▶ Input material:
%%

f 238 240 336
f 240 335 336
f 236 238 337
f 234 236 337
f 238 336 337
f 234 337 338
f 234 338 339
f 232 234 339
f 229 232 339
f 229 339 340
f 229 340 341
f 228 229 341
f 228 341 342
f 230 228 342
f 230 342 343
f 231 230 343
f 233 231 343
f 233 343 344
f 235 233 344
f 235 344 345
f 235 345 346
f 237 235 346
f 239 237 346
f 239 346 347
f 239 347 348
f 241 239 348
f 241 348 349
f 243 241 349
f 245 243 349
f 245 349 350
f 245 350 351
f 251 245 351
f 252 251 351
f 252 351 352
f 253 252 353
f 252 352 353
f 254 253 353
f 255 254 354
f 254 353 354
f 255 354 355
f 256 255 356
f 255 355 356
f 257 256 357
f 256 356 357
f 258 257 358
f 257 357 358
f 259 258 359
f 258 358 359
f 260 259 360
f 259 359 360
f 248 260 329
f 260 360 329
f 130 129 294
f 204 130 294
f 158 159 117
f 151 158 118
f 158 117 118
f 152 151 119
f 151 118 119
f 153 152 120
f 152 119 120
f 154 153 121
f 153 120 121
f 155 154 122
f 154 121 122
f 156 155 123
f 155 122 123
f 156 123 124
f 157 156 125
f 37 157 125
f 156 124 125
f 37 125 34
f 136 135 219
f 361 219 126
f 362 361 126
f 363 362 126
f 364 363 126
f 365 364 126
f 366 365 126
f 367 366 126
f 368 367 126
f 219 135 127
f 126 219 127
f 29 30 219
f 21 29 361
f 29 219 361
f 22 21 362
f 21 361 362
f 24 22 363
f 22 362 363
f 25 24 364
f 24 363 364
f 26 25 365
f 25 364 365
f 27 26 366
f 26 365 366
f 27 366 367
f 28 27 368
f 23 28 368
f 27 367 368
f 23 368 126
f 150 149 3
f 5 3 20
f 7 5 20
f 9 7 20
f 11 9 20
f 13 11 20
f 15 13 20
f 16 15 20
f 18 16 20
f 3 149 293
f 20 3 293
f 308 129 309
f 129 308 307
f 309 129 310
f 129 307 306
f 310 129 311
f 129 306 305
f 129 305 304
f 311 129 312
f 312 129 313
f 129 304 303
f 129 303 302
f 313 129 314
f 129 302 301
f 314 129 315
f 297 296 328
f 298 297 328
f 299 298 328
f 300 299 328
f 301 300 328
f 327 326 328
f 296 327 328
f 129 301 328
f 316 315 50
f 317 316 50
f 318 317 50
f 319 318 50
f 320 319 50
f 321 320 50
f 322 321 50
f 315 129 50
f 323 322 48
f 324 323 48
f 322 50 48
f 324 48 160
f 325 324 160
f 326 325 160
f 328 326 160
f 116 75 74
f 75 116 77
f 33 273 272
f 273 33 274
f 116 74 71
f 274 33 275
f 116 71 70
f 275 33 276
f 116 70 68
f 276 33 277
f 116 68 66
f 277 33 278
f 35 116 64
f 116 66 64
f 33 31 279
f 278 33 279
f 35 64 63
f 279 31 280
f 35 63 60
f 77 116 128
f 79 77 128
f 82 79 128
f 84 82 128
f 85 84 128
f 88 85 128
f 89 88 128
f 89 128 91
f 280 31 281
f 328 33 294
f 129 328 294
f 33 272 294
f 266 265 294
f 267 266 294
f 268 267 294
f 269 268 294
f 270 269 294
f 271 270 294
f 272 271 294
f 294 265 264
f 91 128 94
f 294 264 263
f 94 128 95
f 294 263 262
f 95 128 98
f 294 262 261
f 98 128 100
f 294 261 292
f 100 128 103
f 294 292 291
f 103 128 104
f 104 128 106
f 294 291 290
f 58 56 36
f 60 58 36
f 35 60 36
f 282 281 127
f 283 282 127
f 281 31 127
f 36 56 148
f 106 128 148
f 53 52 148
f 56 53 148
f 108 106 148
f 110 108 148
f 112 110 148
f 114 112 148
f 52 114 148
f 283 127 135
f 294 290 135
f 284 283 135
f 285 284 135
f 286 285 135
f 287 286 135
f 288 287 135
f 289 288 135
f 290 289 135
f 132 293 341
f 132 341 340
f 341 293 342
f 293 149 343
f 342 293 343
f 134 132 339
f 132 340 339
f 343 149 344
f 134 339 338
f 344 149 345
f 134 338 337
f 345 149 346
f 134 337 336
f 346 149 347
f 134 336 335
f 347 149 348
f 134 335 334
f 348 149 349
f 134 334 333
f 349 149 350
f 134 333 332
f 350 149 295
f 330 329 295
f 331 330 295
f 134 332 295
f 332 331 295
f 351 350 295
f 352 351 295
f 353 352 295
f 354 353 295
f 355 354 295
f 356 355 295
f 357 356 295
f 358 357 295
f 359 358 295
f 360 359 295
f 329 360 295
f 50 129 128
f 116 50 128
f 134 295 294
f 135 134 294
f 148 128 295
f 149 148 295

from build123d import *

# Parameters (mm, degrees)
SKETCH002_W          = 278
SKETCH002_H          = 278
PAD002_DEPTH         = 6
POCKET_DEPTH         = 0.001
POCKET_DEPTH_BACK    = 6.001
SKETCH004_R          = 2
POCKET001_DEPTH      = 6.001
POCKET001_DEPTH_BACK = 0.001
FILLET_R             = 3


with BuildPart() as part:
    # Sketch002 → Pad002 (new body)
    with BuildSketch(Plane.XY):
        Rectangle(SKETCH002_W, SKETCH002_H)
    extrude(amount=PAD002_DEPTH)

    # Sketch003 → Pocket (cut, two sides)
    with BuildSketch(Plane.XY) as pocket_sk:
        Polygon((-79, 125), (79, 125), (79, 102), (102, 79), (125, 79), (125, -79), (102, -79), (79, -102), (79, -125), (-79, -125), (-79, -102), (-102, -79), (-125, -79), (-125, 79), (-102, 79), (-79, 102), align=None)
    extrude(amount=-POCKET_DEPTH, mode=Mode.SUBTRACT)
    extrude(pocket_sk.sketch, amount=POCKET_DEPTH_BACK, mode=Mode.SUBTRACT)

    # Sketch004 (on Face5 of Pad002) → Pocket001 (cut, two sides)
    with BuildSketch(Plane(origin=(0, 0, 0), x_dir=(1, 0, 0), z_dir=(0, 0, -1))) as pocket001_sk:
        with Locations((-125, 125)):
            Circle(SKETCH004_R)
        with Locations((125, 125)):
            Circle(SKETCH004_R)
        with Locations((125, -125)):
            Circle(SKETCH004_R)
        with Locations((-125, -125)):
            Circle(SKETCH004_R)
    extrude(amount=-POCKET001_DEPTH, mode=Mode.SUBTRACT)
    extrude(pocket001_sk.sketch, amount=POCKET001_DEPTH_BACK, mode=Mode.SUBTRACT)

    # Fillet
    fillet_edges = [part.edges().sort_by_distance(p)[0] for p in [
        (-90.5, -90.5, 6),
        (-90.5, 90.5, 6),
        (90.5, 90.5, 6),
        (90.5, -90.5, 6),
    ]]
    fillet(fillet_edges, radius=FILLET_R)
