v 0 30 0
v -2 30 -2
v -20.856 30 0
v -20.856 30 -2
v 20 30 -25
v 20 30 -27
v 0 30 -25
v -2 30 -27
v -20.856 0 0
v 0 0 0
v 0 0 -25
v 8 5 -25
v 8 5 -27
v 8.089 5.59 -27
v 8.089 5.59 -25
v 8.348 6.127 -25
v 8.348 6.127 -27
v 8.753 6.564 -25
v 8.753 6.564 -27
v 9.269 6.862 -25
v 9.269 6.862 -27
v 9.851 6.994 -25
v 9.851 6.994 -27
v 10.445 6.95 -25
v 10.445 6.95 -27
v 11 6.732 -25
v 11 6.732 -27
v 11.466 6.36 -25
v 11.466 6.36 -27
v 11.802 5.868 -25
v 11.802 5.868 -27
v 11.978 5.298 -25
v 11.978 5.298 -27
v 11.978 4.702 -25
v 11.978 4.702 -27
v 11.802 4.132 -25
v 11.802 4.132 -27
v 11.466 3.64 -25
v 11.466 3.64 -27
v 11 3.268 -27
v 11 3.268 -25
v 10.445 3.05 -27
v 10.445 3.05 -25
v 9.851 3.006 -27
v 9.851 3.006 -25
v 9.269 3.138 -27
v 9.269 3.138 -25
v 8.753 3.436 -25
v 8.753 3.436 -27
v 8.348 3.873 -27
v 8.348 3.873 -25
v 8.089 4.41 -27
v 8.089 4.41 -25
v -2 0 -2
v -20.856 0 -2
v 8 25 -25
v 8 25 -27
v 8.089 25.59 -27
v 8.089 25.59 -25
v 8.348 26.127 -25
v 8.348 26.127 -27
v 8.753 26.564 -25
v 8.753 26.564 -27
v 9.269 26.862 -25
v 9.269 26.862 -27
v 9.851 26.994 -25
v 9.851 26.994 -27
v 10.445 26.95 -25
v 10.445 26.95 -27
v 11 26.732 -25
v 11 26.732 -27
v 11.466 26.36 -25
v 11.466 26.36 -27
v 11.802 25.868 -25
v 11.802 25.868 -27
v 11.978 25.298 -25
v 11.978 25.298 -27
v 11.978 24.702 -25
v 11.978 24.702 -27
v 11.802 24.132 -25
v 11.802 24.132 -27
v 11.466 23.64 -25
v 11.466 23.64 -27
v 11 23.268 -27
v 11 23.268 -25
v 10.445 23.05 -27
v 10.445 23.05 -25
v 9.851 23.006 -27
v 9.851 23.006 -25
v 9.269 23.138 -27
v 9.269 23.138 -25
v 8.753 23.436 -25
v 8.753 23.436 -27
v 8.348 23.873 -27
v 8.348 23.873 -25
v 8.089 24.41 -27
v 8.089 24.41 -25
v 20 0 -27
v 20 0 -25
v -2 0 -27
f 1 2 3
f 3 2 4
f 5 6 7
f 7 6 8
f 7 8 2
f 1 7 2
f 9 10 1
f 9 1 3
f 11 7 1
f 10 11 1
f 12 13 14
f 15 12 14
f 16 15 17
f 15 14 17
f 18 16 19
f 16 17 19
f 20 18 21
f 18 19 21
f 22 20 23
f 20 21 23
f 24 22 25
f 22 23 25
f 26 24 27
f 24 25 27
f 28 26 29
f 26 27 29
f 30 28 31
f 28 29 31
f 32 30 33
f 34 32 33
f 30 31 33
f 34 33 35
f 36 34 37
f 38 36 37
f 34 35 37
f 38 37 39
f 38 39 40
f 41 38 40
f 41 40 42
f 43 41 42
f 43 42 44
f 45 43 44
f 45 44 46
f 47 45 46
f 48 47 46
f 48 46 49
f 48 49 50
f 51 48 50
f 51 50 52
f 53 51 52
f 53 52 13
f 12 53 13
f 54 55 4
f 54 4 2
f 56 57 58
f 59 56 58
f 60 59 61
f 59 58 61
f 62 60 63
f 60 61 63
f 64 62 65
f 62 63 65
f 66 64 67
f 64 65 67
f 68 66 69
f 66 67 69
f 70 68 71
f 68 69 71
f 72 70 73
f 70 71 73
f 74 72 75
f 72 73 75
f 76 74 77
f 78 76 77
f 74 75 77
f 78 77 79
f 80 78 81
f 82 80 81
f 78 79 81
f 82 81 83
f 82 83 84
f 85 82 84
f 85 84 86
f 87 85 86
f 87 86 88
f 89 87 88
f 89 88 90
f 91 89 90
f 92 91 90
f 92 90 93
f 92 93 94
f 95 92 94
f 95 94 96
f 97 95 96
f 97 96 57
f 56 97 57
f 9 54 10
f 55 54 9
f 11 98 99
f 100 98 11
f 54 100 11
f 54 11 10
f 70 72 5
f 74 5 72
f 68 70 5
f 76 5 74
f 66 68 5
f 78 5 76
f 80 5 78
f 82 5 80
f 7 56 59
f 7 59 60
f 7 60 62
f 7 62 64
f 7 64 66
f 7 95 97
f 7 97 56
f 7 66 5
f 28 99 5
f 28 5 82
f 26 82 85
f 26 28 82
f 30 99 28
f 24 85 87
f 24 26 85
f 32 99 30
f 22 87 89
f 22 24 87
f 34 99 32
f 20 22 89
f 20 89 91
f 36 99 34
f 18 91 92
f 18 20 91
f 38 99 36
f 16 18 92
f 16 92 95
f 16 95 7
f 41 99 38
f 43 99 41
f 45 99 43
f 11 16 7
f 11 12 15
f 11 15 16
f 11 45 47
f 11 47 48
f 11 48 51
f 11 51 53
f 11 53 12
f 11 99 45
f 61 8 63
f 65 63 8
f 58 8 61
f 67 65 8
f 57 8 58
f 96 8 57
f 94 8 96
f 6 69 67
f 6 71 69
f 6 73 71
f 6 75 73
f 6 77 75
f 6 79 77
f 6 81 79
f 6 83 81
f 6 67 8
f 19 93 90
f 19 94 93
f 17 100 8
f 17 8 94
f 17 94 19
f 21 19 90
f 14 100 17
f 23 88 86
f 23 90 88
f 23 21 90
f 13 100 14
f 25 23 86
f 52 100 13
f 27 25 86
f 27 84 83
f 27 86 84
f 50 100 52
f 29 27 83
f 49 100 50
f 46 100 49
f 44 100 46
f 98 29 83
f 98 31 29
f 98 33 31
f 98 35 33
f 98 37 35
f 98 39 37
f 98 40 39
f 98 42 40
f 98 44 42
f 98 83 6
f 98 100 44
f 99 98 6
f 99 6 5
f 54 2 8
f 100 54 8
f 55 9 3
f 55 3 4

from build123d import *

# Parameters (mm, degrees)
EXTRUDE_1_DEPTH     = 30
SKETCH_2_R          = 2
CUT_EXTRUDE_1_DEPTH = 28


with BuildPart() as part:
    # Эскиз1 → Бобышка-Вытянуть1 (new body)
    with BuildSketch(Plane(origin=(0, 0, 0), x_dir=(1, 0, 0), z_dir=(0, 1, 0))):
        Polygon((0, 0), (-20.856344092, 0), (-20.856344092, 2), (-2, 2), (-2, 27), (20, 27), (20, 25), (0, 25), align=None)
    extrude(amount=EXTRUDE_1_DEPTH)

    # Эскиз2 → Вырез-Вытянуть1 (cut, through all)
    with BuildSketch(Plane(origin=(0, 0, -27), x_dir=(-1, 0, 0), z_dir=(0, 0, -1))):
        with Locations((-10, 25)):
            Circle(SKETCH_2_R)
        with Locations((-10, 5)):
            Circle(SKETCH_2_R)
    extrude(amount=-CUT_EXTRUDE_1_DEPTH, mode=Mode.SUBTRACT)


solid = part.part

%%
%%

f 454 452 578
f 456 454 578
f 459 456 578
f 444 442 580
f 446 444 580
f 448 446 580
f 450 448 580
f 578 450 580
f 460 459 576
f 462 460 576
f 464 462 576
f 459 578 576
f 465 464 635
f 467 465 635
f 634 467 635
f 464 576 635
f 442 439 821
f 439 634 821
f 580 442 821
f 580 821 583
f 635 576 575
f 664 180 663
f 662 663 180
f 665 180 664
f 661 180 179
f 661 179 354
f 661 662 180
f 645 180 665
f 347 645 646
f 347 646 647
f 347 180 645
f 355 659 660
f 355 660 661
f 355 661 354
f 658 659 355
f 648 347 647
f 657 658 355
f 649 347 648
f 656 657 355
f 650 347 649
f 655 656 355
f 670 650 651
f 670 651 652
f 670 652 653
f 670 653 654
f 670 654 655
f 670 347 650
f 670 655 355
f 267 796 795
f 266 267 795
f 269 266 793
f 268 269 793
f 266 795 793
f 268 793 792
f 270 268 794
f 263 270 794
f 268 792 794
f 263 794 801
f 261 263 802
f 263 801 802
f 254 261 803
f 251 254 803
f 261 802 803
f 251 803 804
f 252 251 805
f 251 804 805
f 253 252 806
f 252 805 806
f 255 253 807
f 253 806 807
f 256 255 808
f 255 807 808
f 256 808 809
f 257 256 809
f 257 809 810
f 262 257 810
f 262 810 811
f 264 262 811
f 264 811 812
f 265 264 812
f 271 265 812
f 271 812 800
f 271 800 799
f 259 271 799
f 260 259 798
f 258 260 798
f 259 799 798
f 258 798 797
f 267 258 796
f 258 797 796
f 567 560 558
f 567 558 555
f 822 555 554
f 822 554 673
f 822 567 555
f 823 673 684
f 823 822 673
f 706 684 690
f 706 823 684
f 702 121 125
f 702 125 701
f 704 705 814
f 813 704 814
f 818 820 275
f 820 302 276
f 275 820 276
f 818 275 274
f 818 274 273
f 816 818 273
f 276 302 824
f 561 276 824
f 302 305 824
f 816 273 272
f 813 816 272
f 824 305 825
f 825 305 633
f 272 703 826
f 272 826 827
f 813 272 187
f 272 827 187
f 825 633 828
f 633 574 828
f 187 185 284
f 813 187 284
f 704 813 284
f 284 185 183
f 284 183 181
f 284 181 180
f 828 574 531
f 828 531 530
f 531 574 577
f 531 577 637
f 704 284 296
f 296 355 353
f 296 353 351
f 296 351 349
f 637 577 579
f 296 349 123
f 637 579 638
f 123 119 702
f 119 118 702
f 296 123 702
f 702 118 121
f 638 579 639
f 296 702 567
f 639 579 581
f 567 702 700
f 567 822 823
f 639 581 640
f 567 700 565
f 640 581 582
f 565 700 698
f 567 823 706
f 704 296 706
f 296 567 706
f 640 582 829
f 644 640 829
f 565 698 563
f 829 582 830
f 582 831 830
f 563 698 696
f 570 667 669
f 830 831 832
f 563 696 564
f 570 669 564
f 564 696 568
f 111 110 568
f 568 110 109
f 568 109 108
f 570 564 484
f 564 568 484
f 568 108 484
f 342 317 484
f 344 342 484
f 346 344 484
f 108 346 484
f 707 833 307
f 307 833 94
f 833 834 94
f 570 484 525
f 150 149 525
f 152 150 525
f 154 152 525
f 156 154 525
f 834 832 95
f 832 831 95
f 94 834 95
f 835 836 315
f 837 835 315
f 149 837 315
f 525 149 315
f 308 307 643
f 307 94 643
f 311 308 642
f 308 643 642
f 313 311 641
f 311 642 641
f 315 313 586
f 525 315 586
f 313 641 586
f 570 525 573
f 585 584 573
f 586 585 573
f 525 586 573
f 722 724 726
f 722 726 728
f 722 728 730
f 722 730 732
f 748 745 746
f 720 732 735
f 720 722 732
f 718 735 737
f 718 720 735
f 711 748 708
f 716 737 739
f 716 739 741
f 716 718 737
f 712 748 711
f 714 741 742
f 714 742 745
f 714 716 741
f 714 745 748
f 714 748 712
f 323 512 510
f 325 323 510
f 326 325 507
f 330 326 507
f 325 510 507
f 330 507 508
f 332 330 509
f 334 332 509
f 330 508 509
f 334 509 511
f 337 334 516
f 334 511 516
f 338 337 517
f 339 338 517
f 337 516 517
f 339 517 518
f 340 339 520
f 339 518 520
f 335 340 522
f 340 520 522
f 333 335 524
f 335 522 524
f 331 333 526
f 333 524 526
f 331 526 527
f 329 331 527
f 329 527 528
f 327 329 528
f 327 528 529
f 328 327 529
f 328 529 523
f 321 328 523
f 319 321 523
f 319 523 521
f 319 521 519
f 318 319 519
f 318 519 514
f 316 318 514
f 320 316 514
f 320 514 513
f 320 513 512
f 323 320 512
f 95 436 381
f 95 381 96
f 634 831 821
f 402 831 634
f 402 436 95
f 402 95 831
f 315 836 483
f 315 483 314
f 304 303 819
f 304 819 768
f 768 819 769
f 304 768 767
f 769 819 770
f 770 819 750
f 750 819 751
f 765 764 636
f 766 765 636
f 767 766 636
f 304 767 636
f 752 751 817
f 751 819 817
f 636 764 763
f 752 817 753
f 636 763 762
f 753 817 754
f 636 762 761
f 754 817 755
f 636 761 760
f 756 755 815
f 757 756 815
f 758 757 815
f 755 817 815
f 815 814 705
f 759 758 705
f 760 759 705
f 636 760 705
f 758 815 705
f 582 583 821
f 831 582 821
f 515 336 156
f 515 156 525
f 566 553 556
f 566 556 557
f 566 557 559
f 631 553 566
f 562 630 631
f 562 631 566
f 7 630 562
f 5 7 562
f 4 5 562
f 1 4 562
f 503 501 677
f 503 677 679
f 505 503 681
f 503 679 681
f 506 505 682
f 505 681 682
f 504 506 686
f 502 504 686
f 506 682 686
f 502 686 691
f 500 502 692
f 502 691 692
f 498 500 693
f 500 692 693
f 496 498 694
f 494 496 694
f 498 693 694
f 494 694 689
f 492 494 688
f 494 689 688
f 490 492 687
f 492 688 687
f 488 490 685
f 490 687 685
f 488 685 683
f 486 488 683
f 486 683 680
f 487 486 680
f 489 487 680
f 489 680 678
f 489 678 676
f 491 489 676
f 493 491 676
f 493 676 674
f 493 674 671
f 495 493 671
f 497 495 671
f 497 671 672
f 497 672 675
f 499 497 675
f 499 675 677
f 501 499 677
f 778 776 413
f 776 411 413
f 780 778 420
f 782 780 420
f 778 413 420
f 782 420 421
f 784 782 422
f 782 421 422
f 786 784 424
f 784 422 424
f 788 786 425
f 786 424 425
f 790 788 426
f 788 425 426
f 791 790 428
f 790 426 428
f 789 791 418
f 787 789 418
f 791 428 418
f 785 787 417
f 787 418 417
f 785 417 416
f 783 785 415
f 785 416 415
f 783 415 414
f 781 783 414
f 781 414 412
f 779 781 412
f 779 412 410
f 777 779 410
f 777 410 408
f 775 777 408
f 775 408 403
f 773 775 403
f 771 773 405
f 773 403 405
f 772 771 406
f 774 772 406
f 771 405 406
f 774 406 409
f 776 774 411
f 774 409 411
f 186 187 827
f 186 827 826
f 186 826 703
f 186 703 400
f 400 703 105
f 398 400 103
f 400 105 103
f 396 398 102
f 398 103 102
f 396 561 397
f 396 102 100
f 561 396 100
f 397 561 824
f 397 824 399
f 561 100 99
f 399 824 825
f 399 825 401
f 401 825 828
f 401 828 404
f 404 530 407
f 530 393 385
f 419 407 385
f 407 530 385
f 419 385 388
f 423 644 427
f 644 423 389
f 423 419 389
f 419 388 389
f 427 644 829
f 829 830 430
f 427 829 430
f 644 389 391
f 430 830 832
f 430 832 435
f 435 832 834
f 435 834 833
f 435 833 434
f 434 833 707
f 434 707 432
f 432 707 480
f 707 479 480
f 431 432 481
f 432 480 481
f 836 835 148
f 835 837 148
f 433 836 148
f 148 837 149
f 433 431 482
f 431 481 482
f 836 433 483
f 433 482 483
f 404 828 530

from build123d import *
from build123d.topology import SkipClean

%%

▶ Task instructions: Search the records for the string "sides" and return every line in which it occurs.

▶ Answer to this task:
    # Sketch003 → Pocket (cut, two sides)
    # Sketch004 (on Face5 of Pad002) → Pocket001 (cut, two sides)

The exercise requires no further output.